2. Consumo frequente de açúcar
A
alimentação tem papel fundamental na saúde dos dentes. O consumo excessivo de
açúcares e carboidratos fermentáveis favorece a proliferação de bactérias que
produzem ácidos e enfraquecem o esmalte dentário. “Não é apenas a quantidade de
açúcar que importa, mas a frequência. Beliscar doces ao longo do dia pode ser
mais prejudicial do que consumir em um único momento”, destaca.

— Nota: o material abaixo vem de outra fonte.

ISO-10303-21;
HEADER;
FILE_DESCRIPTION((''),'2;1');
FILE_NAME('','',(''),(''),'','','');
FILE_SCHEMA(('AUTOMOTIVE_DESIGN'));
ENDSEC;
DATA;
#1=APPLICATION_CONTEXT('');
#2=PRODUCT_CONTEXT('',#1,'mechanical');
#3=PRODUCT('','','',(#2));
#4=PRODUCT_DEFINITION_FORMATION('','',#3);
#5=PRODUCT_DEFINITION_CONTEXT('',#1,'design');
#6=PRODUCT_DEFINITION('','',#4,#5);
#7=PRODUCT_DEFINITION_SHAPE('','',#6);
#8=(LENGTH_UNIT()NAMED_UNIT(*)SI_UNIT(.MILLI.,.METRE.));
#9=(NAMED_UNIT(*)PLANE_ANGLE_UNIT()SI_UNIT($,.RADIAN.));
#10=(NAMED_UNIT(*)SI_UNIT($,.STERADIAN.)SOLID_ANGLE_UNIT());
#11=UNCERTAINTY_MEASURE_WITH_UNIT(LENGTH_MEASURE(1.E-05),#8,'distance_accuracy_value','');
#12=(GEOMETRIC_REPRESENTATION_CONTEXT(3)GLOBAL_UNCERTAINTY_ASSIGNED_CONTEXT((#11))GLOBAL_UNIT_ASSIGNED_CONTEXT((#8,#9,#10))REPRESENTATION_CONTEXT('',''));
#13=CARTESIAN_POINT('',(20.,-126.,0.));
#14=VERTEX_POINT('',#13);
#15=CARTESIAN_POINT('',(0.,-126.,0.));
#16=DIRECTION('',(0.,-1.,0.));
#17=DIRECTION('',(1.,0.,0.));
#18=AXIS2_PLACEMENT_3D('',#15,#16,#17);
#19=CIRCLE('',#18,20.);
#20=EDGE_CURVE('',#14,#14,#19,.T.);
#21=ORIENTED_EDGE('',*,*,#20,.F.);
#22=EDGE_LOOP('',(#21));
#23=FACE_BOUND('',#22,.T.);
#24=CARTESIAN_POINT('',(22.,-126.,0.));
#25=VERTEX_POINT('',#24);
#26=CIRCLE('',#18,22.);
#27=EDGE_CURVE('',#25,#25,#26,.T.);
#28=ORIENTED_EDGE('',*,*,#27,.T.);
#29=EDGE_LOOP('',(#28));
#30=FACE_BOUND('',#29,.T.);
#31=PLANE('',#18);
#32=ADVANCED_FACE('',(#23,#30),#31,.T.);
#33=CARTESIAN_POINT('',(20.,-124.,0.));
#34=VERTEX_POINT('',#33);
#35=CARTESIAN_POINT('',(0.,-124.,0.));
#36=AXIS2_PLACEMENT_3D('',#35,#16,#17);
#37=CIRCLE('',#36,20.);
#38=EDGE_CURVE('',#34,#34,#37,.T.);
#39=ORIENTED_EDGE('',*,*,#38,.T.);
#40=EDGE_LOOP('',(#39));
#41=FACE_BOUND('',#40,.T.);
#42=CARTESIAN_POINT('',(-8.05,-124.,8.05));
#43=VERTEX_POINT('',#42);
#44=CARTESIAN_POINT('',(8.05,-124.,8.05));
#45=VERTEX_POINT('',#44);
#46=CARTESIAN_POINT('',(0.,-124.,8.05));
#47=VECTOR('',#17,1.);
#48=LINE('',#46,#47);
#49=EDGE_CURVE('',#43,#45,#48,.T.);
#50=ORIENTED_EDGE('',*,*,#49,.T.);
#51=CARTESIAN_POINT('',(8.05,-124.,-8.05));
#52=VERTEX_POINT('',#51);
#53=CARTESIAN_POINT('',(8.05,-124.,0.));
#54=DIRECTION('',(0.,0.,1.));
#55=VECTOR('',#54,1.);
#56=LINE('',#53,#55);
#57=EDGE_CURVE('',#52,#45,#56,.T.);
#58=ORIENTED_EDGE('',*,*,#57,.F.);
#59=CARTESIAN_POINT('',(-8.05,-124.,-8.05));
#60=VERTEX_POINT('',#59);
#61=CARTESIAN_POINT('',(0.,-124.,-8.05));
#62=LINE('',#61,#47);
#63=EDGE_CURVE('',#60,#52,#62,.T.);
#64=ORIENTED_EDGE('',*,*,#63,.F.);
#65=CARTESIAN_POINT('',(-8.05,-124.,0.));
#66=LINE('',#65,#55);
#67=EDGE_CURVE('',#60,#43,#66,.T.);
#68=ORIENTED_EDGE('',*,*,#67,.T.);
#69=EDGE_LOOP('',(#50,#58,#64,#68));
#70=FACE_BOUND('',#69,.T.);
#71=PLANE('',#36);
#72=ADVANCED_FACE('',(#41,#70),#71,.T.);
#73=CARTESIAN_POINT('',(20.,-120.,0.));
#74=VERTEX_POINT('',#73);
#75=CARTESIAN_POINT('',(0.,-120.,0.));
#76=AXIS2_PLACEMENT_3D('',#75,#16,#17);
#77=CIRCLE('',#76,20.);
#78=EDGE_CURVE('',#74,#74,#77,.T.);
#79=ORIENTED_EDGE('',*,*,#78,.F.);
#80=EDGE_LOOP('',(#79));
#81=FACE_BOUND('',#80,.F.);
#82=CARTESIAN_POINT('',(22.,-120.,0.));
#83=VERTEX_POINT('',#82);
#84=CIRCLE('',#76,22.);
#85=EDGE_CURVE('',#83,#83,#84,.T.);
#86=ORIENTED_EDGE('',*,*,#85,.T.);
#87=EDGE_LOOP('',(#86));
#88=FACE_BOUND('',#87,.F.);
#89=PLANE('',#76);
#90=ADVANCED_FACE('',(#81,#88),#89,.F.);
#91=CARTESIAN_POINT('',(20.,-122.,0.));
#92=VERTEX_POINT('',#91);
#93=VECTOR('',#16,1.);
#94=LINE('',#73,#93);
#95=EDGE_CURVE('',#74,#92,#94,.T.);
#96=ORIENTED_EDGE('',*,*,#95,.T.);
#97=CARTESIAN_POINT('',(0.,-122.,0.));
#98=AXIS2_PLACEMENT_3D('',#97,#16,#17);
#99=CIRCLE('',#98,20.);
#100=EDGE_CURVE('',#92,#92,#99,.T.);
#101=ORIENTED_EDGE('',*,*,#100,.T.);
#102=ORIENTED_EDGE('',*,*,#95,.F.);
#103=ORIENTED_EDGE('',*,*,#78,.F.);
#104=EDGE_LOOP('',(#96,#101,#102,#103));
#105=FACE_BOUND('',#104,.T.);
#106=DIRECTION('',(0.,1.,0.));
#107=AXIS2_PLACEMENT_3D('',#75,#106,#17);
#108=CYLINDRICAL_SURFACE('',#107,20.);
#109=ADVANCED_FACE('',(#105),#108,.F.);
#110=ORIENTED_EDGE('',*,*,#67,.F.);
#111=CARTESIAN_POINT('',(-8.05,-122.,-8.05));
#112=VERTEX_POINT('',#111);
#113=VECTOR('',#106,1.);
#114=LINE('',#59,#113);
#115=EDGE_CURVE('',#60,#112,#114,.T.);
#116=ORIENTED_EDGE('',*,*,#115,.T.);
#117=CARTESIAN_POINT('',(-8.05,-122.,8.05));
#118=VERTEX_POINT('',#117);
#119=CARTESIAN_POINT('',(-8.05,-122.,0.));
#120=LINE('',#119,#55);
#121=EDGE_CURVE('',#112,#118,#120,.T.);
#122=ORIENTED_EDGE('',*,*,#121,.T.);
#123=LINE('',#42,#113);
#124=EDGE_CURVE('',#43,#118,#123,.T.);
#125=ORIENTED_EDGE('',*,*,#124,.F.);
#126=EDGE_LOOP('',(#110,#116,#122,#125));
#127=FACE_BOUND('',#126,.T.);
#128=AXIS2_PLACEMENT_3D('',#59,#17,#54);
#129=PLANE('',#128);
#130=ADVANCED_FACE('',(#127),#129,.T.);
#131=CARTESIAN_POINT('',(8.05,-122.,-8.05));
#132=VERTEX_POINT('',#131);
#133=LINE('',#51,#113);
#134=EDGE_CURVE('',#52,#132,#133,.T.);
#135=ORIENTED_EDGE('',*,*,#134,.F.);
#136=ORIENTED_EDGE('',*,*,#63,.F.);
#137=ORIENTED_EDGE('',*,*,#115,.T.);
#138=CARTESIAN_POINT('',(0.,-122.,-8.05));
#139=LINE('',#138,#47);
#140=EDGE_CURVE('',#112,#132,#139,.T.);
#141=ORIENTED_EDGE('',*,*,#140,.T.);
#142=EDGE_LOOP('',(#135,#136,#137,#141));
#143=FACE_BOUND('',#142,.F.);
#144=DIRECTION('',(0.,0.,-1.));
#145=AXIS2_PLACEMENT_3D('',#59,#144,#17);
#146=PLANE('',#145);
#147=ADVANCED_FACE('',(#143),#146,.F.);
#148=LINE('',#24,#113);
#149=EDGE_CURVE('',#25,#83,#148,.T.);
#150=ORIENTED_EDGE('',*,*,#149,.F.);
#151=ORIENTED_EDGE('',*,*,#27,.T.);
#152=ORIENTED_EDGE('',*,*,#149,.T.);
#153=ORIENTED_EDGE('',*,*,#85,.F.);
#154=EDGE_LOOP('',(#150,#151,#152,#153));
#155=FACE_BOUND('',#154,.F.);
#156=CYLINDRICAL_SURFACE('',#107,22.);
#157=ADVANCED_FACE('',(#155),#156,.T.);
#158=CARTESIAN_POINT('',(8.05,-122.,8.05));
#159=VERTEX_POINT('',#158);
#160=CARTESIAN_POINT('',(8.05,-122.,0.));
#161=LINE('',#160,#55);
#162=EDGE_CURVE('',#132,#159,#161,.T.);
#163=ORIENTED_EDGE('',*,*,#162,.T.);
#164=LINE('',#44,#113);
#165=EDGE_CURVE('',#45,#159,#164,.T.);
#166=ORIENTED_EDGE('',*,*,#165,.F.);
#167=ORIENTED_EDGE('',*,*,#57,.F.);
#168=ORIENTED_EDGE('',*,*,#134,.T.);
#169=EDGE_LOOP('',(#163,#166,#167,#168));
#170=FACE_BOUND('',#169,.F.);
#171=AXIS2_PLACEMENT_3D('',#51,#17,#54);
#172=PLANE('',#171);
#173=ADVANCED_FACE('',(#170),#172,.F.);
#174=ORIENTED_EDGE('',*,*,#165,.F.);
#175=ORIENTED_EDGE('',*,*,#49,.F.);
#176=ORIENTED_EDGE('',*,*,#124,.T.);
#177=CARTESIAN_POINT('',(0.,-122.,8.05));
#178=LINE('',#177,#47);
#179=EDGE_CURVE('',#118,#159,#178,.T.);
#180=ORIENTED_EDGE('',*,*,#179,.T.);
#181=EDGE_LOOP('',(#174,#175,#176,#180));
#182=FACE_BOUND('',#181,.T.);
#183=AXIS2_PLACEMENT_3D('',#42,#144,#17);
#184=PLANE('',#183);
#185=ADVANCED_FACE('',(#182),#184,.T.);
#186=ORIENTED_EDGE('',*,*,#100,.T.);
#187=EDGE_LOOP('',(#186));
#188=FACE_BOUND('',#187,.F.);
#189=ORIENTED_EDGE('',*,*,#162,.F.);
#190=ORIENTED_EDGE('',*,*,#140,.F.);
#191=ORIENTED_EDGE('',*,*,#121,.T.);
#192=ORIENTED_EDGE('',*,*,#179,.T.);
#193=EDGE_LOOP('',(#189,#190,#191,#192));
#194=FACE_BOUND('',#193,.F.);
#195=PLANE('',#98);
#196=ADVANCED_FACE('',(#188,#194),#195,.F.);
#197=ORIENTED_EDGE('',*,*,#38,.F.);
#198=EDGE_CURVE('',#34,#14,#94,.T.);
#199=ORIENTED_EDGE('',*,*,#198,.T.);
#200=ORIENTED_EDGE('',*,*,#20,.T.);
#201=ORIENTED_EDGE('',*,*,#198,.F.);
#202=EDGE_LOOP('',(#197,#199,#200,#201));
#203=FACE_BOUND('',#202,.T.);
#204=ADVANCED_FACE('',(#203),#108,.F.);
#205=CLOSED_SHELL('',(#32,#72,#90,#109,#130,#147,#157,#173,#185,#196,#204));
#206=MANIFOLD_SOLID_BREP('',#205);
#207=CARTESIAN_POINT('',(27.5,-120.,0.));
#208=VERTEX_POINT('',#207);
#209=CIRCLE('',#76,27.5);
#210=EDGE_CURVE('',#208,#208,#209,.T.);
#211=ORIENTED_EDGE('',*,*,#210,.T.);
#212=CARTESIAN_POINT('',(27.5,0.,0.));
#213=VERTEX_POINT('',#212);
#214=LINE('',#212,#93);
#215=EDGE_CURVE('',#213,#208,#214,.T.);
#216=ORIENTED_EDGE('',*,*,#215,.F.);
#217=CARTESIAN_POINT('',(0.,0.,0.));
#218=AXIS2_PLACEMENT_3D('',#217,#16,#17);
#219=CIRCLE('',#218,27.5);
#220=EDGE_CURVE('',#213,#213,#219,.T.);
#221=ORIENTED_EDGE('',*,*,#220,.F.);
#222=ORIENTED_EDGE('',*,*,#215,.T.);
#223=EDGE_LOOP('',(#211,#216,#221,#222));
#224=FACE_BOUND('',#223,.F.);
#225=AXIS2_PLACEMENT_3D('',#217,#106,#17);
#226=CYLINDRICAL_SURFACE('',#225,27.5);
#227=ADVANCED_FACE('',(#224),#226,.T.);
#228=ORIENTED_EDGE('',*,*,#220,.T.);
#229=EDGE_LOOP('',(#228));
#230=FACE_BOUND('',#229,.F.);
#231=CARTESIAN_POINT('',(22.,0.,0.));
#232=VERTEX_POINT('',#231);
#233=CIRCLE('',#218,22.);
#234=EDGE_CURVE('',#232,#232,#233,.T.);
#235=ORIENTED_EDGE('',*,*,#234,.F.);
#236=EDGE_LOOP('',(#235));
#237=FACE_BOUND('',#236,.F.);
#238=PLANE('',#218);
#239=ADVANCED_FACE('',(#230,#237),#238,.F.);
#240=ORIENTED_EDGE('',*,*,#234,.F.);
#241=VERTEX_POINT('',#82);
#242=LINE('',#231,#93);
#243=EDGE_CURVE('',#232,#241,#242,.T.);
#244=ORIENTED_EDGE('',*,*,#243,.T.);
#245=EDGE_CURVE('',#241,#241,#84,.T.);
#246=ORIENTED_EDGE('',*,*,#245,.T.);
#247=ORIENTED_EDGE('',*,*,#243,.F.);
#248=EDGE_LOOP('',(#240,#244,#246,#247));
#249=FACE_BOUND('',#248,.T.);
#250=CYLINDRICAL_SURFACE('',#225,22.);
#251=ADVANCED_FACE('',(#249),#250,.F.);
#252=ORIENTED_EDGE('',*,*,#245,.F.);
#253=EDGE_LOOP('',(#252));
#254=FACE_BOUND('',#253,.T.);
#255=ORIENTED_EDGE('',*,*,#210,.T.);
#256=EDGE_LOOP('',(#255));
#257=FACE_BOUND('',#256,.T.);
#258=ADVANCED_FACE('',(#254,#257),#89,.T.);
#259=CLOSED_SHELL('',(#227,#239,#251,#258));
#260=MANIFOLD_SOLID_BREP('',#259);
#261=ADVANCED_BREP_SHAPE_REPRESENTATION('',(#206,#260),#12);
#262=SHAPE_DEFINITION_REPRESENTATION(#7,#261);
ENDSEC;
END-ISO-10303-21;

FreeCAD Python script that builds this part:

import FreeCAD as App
import Part
import Sketcher

V = App.Vector

doc = App.newDocument("Part")
params = doc.addObject("Spreadsheet::Sheet", "Params")
for row, (alias, value) in enumerate([
    ("sketch1_diameter", "55 mm"),
    ("sketch1_diameter2", "44 mm"),
    ("pad1_length", "120 mm"),
    ("sketch2_diameter", "44 mm"),
    ("sketch2_diameter2", "40 mm"),
    ("pad2_length", "6 mm"),
    ("sketch3_diameter", "44 mm"),
    ("sketch3_diameter2", "40 mm"),
    ("pad3_length", "2 mm"),
    ("sketch4_diameter", "40 mm"),
    ("sketch4_width", "16.1 mm"),
    ("pad4_length", "2 mm"),
], start=1):
    params.set(f"A{row}", alias)
    params.set(f"B{row}", "=" + value)
    params.setAlias(f"B{row}", alias)

body = doc.addObject("PartDesign::Body", "Body")

# Sketch on XZ plane
sketch1 = body.newObject("Sketcher::SketchObject", "Sketch")
sketch1.AttachmentSupport = (doc.getObject("XZ_Plane"), [""])
sketch1.MapMode = "FlatFace"
sketch1.addGeometry(Part.Circle(V(0, 0, 0), V(0, 0, 1), 28), False)
sketch1.addGeometry(Part.Circle(V(0, 0, 0), V(0, 0, 1), 22), False)
sketch1.addConstraint(Sketcher.Constraint("Coincident", 0, 3, -1, 1))
sketch1.addConstraint(Sketcher.Constraint("Coincident", 1, 3, -1, 1))
sketch1.addConstraint(Sketcher.Constraint("Diameter", 0, 55.0))
sketch1.addConstraint(Sketcher.Constraint("Diameter", 1, 44.0))
sketch1.setExpression("Constraints[2]", "Params.sketch1_diameter")
sketch1.setExpression("Constraints[3]", "Params.sketch1_diameter2")
pad1 = body.newObject("PartDesign::Pad", "Pad")
pad1.Profile = sketch1
pad1.setExpression("Length", "Params.pad1_length")
body2 = doc.addObject("PartDesign::Body", "Body001")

3. Baixa produção de saliva
A
saliva funciona como um mecanismo natural de proteção da boca, ajudando a
neutralizar os ácidos e a fortalecer os dentes. Por isso, pessoas com menor
fluxo salivar podem apresentar maior risco de desenvolver cáries. Essa redução
pode estar relacionada a diferentes fatores, como características individuais,
uso de determinados medicamentos e desidratação.
4. Influência da genética
A
genética também pode interferir na resistência do esmalte dentário e em
características da microbiota bucal. No entanto, a predisposição não significa
necessariamente que a pessoa desenvolverá cáries. “Isso não significa que a
pessoa esteja condenada a ter cáries, mas que precisa redobrar os cuidados
preventivos”, reforça a professora.
5. Falta de acompanhamento profissional
As consultas periódicas ao dentista ajudam a identificar alterações ainda em estágio inicial, muitas vezes antes do surgimento de dor ou outros sintomas. O acompanhamento também permite avaliar os fatores de risco de cada paciente e orientar medidas preventivas individualizadas. Quanto mais cedo uma lesão é identificada, maiores são as possibilidades de realizar abordagens mais simples e menos invasivas.